Dataset content Block Start

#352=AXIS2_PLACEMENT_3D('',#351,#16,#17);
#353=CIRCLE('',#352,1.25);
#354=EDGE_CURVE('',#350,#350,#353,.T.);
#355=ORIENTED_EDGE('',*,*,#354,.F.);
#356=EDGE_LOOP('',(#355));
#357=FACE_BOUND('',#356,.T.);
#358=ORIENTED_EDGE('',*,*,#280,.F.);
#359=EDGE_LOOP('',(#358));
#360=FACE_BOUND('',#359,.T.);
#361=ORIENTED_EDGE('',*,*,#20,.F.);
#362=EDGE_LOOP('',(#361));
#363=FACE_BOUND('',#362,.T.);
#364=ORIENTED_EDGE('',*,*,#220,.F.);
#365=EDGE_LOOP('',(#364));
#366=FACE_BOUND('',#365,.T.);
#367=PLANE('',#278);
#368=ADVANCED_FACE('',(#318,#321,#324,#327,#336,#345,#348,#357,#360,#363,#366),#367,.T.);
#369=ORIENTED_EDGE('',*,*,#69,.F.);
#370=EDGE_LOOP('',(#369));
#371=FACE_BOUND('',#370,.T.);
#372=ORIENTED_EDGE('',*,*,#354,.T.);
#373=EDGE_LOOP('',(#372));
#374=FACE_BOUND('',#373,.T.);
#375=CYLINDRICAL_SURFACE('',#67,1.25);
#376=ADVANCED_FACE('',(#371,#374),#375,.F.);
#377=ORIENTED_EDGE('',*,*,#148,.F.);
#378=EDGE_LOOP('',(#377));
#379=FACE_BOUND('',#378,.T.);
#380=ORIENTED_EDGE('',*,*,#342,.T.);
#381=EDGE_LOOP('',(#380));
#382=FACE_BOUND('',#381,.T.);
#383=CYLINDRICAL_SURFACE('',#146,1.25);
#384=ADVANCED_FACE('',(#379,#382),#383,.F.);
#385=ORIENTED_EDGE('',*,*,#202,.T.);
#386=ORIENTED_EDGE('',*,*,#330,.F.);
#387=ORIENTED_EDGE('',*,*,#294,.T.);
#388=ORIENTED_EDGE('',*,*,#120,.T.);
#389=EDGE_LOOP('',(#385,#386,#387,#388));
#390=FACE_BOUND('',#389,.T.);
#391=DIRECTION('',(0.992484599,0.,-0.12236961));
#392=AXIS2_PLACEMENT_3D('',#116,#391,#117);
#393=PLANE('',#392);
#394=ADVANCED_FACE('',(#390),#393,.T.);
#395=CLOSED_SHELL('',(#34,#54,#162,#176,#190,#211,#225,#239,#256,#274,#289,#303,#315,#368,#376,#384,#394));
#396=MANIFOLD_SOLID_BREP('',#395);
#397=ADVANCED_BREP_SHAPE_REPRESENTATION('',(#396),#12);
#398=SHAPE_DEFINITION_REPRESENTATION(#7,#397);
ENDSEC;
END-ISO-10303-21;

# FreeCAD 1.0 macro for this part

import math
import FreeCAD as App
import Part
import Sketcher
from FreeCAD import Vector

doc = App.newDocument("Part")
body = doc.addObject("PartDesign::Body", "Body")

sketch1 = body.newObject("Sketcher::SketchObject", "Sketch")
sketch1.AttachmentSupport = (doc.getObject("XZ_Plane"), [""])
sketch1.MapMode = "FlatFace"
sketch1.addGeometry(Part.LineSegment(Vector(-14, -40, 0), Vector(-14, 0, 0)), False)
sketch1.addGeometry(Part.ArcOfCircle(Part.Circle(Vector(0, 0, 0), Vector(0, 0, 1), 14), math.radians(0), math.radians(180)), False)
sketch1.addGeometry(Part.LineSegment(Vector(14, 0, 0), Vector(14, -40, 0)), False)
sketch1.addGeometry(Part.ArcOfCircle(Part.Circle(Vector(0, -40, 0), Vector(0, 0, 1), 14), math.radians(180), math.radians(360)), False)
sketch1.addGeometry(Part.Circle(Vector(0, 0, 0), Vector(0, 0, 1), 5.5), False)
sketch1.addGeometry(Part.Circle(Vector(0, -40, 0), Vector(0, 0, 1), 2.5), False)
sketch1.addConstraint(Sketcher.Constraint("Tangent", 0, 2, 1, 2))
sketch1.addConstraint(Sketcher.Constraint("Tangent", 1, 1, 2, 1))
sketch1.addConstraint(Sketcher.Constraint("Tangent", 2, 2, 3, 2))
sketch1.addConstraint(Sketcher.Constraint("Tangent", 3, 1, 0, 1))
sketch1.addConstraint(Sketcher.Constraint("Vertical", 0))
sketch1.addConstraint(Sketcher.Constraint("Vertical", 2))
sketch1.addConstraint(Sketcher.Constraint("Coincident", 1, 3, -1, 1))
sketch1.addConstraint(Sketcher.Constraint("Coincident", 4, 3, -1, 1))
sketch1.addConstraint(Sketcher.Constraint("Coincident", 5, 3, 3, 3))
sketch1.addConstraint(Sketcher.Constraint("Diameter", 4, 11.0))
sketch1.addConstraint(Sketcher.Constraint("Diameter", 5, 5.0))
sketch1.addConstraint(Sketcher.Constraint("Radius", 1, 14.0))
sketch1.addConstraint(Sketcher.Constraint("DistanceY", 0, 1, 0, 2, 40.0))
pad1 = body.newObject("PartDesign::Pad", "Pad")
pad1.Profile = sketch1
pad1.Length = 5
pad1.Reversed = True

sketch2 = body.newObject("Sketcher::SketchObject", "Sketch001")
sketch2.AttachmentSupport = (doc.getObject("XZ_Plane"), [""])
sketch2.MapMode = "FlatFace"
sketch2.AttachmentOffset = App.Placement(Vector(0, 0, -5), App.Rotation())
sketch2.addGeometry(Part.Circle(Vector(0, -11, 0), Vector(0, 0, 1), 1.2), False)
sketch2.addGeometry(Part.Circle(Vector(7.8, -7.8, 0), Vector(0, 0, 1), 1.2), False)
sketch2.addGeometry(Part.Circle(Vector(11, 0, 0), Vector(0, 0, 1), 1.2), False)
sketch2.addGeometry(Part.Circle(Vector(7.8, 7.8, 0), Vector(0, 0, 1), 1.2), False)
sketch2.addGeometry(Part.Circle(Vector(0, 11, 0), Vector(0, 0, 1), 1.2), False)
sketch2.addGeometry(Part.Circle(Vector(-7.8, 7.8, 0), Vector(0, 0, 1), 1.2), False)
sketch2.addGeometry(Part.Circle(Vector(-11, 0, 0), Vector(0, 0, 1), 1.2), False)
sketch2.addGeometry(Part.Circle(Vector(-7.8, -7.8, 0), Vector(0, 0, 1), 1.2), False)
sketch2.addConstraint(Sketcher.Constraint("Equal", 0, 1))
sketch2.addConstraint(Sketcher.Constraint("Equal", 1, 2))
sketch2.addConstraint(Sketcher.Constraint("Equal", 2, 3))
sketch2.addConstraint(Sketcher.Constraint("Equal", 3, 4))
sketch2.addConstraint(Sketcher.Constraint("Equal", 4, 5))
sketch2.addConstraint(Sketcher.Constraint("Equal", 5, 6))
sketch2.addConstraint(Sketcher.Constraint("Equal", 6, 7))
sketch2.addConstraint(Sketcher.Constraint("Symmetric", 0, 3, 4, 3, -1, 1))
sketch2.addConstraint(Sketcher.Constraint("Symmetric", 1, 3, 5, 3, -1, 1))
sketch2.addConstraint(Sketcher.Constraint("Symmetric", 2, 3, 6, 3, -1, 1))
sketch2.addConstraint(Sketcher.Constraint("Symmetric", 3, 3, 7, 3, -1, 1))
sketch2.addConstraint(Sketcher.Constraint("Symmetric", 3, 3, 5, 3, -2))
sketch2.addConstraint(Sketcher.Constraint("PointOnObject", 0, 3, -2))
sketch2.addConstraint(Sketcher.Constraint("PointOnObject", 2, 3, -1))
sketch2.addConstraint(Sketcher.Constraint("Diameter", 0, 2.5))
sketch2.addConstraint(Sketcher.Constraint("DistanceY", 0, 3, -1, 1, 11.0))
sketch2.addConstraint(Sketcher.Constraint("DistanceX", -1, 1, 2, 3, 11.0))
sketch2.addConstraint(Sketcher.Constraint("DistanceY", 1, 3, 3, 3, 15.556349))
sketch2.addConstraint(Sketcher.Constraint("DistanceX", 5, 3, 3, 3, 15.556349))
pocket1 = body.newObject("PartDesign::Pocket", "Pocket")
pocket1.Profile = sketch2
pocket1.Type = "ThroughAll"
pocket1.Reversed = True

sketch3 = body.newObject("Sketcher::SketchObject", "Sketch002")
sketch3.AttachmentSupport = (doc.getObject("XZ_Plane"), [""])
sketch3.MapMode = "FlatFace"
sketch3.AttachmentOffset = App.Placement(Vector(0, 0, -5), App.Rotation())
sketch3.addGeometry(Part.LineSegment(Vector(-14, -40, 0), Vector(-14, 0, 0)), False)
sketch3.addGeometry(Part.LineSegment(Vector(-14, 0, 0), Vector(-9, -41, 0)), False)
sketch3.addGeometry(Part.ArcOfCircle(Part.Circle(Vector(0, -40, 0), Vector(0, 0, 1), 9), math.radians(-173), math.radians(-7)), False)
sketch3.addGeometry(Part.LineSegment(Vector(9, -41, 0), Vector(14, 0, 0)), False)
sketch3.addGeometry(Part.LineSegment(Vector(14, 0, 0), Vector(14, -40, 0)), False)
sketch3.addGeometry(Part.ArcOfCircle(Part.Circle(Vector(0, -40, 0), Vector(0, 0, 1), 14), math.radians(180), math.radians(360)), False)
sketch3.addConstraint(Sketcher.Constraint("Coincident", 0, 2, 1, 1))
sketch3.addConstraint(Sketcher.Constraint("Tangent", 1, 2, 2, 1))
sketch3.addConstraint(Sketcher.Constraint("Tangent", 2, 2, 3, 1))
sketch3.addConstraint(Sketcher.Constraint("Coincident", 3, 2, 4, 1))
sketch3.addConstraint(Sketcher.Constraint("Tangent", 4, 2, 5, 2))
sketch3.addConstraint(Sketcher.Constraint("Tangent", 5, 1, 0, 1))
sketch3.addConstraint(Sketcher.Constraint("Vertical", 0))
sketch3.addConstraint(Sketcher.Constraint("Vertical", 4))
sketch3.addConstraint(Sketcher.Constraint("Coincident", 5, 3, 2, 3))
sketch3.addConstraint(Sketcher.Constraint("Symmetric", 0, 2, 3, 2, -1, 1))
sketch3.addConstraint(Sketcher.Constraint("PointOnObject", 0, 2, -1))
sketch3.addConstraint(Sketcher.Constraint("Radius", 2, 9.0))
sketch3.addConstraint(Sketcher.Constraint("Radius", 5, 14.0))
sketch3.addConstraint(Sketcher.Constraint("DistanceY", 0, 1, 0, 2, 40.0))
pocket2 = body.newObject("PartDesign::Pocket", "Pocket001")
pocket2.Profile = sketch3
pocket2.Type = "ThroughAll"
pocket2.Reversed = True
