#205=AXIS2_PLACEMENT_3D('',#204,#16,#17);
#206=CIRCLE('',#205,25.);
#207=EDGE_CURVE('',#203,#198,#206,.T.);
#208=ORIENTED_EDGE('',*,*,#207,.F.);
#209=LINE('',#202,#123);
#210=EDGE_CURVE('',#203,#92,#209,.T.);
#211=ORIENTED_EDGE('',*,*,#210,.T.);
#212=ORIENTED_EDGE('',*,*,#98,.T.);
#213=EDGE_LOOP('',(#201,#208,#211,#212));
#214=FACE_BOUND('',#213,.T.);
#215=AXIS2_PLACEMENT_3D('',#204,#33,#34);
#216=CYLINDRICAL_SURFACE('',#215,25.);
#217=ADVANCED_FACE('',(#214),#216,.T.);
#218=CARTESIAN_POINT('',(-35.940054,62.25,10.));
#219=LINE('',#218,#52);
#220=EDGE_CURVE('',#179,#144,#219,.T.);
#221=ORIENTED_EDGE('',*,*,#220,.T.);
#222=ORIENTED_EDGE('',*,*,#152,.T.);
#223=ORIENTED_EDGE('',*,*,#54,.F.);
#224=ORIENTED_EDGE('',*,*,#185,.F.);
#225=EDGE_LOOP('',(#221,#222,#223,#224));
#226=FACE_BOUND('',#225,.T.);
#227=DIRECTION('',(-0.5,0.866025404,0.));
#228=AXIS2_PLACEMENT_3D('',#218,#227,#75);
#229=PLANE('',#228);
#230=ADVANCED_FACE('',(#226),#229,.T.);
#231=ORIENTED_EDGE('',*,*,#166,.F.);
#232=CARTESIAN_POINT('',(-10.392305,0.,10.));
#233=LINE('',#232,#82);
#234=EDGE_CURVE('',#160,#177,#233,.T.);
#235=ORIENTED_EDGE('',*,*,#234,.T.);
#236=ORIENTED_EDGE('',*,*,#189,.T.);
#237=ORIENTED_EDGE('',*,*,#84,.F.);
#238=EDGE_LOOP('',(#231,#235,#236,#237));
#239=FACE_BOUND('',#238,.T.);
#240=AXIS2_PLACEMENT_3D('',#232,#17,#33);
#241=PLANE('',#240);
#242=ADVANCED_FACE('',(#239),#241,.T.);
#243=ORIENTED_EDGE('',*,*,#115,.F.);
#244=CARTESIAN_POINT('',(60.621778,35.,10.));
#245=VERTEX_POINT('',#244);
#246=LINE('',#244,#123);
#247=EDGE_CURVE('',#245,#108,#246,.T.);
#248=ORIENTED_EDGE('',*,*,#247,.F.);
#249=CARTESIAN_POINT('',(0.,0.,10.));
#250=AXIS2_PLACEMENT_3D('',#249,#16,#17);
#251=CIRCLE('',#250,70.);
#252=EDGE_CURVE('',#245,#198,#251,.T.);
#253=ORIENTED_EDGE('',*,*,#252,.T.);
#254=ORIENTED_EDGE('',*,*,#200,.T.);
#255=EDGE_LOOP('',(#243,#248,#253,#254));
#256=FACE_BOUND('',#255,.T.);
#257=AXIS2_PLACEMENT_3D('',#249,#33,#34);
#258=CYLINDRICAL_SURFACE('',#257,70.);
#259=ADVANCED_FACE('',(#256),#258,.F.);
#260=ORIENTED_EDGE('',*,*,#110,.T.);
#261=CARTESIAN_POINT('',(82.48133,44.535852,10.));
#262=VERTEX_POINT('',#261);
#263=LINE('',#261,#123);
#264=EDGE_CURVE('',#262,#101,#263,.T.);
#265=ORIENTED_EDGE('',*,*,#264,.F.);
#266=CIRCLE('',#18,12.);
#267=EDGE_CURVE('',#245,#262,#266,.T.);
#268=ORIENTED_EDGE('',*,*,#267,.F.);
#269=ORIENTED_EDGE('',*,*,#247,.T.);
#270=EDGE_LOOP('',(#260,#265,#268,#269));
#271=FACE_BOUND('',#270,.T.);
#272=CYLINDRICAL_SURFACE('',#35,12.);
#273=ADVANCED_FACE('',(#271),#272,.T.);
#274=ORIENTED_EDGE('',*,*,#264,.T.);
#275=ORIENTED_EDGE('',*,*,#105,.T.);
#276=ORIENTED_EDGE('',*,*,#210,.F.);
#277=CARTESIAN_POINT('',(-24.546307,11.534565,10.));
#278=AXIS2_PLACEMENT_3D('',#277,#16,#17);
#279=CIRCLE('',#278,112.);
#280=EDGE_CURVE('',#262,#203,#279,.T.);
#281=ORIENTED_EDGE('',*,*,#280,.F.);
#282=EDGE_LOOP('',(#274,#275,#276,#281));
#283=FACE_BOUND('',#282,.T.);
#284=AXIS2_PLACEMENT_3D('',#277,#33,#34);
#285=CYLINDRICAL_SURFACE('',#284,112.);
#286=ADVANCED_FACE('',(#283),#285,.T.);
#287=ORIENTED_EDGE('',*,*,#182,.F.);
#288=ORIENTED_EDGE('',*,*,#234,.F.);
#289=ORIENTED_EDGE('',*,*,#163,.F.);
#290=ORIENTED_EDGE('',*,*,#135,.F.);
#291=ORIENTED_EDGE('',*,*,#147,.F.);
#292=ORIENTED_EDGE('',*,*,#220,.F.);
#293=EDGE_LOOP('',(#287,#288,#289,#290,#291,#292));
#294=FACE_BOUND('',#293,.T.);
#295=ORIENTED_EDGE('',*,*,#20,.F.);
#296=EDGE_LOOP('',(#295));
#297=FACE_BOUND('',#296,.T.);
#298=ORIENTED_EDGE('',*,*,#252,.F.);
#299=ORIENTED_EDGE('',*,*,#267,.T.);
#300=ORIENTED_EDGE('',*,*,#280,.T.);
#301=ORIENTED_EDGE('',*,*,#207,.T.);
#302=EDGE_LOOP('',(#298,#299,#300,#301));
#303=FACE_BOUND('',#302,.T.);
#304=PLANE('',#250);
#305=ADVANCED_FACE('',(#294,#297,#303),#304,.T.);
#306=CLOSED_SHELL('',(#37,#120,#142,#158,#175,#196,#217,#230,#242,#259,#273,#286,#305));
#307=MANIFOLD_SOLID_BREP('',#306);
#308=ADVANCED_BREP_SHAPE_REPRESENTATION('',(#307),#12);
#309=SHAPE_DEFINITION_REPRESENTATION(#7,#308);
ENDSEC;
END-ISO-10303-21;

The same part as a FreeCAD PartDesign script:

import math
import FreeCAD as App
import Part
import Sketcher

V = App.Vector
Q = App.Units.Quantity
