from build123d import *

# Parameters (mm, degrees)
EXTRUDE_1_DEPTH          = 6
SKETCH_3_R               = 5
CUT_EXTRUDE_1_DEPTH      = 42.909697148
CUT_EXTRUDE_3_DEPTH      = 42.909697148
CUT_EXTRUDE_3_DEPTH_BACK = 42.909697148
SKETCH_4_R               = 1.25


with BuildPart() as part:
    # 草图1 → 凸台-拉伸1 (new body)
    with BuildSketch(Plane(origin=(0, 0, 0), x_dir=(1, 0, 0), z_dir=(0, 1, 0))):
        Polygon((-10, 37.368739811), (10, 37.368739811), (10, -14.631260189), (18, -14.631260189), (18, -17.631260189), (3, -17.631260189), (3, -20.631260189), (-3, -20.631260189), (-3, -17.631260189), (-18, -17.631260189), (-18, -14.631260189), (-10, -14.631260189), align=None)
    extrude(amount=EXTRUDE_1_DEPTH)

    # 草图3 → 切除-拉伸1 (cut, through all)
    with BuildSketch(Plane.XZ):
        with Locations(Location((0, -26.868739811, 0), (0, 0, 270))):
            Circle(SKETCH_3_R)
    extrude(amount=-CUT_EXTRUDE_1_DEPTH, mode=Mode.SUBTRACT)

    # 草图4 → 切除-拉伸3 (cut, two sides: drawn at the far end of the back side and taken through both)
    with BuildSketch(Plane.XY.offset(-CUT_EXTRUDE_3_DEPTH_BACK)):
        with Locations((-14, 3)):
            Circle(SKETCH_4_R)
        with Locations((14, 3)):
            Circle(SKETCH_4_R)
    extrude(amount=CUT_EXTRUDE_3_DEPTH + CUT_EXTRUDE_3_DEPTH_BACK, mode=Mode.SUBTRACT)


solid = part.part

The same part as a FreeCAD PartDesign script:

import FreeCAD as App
import Part
import Sketcher

doc = App.newDocument("Part")
body = doc.addObject("PartDesign::Body", "Body")

# Sketch on XZ plane
sketch1 = body.newObject("Sketcher::SketchObject", "Sketch")
sketch1.AttachmentSupport = (doc.getObject("XZ_Plane"), [""])
sketch1.MapMode = "FlatFace"
sketch1.addGeometry(Part.LineSegment(App.Vector(10, -37.4, 0), App.Vector(-10, -37.4, 0)), False)
sketch1.addGeometry(Part.LineSegment(App.Vector(-10, -37.4, 0), App.Vector(-10, 14.6, 0)), False)
sketch1.addGeometry(Part.LineSegment(App.Vector(-10, 14.6, 0), App.Vector(-18, 14.6, 0)), False)
sketch1.addGeometry(Part.LineSegment(App.Vector(-18, 14.6, 0), App.Vector(-18, 17.6, 0)), False)
sketch1.addGeometry(Part.LineSegment(App.Vector(-18, 17.6, 0), App.Vector(-3, 17.6, 0)), False)
sketch1.addGeometry(Part.LineSegment(App.Vector(-3, 17.6, 0), App.Vector(-3, 20.6, 0)), False)
sketch1.addGeometry(Part.LineSegment(App.Vector(-3, 20.6, 0), App.Vector(3, 20.6, 0)), False)
sketch1.addGeometry(Part.LineSegment(App.Vector(3, 20.6, 0), App.Vector(3, 17.6, 0)), False)
sketch1.addGeometry(Part.LineSegment(App.Vector(3, 17.6, 0), App.Vector(18, 17.6, 0)), False)
sketch1.addGeometry(Part.LineSegment(App.Vector(18, 17.6, 0), App.Vector(18, 14.6, 0)), False)
sketch1.addGeometry(Part.LineSegment(App.Vector(18, 14.6, 0), App.Vector(10, 14.6, 0)), False)
sketch1.addGeometry(Part.LineSegment(App.Vector(10, 14.6, 0), App.Vector(10, -37.4, 0)), False)
sketch1.addConstraint(Sketcher.Constraint("Coincident", 0, 2, 1, 1))
sketch1.addConstraint(Sketcher.Constraint("Coincident", 1, 2, 2, 1))
sketch1.addConstraint(Sketcher.Constraint("Coincident", 2, 2, 3, 1))
sketch1.addConstraint(Sketcher.Constraint("Coincident", 3, 2, 4, 1))
sketch1.addConstraint(Sketcher.Constraint("Coincident", 4, 2, 5, 1))
sketch1.addConstraint(Sketcher.Constraint("Coincident", 5, 2, 6, 1))
sketch1.addConstraint(Sketcher.Constraint("Coincident", 6, 2, 7, 1))
sketch1.addConstraint(Sketcher.Constraint("Coincident", 7, 2, 8, 1))
sketch1.addConstraint(Sketcher.Constraint("Coincident", 8, 2, 9, 1))
sketch1.addConstraint(Sketcher.Constraint("Coincident", 9, 2, 10, 1))
sketch1.addConstraint(Sketcher.Constraint("Coincident", 10, 2, 11, 1))
sketch1.addConstraint(Sketcher.Constraint("Coincident", 11, 2, 0, 1))
sketch1.addConstraint(Sketcher.Constraint("Horizontal", 0))
sketch1.addConstraint(Sketcher.Constraint("Vertical", 1))
sketch1.addConstraint(Sketcher.Constraint("Horizontal", 2))
sketch1.addConstraint(Sketcher.Constraint("Vertical", 3))
sketch1.addConstraint(Sketcher.Constraint("Horizontal", 4))
sketch1.addConstraint(Sketcher.Constraint("Vertical", 5))
sketch1.addConstraint(Sketcher.Constraint("Horizontal", 6))
sketch1.addConstraint(Sketcher.Constraint("Vertical", 7))
sketch1.addConstraint(Sketcher.Constraint("Horizontal", 8))
sketch1.addConstraint(Sketcher.Constraint("Vertical", 9))
sketch1.addConstraint(Sketcher.Constraint("Horizontal", 10))
sketch1.addConstraint(Sketcher.Constraint("Vertical", 11))
sketch1.addConstraint(Sketcher.Constraint("Symmetric", 4, 2, 7, 2, -2))
sketch1.addConstraint(Sketcher.Constraint("Symmetric", 2, 2, 9, 2, -2))
sketch1.addConstraint(Sketcher.Constraint("Equal", 2, 10))
sketch1.addConstraint(Sketcher.Constraint("Equal", 3, 5))
sketch1.addConstraint(Sketcher.Constraint("DistanceX", 0, 2, 0, 1, 20.0))
sketch1.addConstraint(Sketcher.Constraint("DistanceX", 2, 2, 2, 1, 8.0))
sketch1.addConstraint(Sketcher.Constraint("DistanceX", 4, 1, 4, 2, 15.0))
sketch1.addConstraint(Sketcher.Constraint("DistanceY", 1, 1, 1, 2, 52.0))
sketch1.addConstraint(Sketcher.Constraint("DistanceY", 3, 1, 3, 2, 3.0))
sketch1.addConstraint(Sketcher.Constraint("DistanceY", 0, 2, -1, 1, 37.36874))
pad1 = body.newObject("PartDesign::Pad", "Pad")
pad1.Profile = sketch1
pad1.Length = 6
pad1.Reversed = True

# Sketch on XZ plane
sketch2 = body.newObject("Sketcher::SketchObject", "Sketch001")
sketch2.AttachmentSupport = (doc.getObject("XZ_Plane"), [""])
sketch2.MapMode = "FlatFace"
sketch2.addGeometry(Part.Circle(App.Vector(0, -27, 0), App.Vector(0, 0, 1), 5), False)
sketch2.addConstraint(Sketcher.Constraint("PointOnObject", 0, 3, -2))
sketch2.addConstraint(Sketcher.Constraint("Diameter", 0, 10.0))
sketch2.addConstraint(Sketcher.Constraint("DistanceY", 0, 3, -1, 1, 26.86874))
pocket1 = body.newObject("PartDesign::Pocket", "Pocket")
pocket1.Profile = sketch2
pocket1.Type = "ThroughAll"

# Sketch on XY plane
sketch3 = body.newObject("Sketcher::SketchObject", "Sketch002")
sketch3.AttachmentSupport = (doc.getObject("XY_Plane"), [""])
sketch3.MapMode = "FlatFace"
sketch3.addGeometry(Part.Circle(App.Vector(-14, 3, 0), App.Vector(0, 0, 1), 1.2), False)
sketch3.addGeometry(Part.Circle(App.Vector(14, 3, 0), App.Vector(0, 0, 1), 1.2), False)
sketch3.addConstraint(Sketcher.Constraint("Equal", 0, 1))
sketch3.addConstraint(Sketcher.Constraint("Symmetric", 0, 3, 1, 3, -2))
sketch3.addConstraint(Sketcher.Constraint("Diameter", 0, 2.5))
sketch3.addConstraint(Sketcher.Constraint("DistanceX", 0, 3, -1, 1, 14.0))
sketch3.addConstraint(Sketcher.Constraint("DistanceY", -1, 1, 0, 3, 3.0))
pocket2 = body.newObject("PartDesign::Pocket", "Pocket001")
pocket2.Profile = sketch3
pocket2.Type = "ThroughAll"
pocket2.Midplane = True

doc.recompute()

Dataset content Block End

Action item: Please transcribe, exactly and with nothing added, the lines from the first line of the material above through the line that contains "#382=FACE_BOUND('',#381,.T.);".

Answer below:
#352=AXIS2_PLACEMENT_3D('',#351,#16,#17);
#353=CIRCLE('',#352,1.25);
#354=EDGE_CURVE('',#350,#350,#353,.T.);
#355=ORIENTED_EDGE('',*,*,#354,.F.);
#356=EDGE_LOOP('',(#355));
#357=FACE_BOUND('',#356,.T.);
#358=ORIENTED_EDGE('',*,*,#280,.F.);
#359=EDGE_LOOP('',(#358));
#360=FACE_BOUND('',#359,.T.);
#361=ORIENTED_EDGE('',*,*,#20,.F.);
#362=EDGE_LOOP('',(#361));
#363=FACE_BOUND('',#362,.T.);
#364=ORIENTED_EDGE('',*,*,#220,.F.);
#365=EDGE_LOOP('',(#364));
#366=FACE_BOUND('',#365,.T.);
#367=PLANE('',#278);
#368=ADVANCED_FACE('',(#318,#321,#324,#327,#336,#345,#348,#357,#360,#363,#366),#367,.T.);
#369=ORIENTED_EDGE('',*,*,#69,.F.);
#370=EDGE_LOOP('',(#369));
#371=FACE_BOUND('',#370,.T.);
#372=ORIENTED_EDGE('',*,*,#354,.T.);
#373=EDGE_LOOP('',(#372));
#374=FACE_BOUND('',#373,.T.);
#375=CYLINDRICAL_SURFACE('',#67,1.25);
#376=ADVANCED_FACE('',(#371,#374),#375,.F.);
#377=ORIENTED_EDGE('',*,*,#148,.F.);
#378=EDGE_LOOP('',(#377));
#379=FACE_BOUND('',#378,.T.);
#380=ORIENTED_EDGE('',*,*,#342,.T.);
#381=EDGE_LOOP('',(#380));
#382=FACE_BOUND('',#381,.T.);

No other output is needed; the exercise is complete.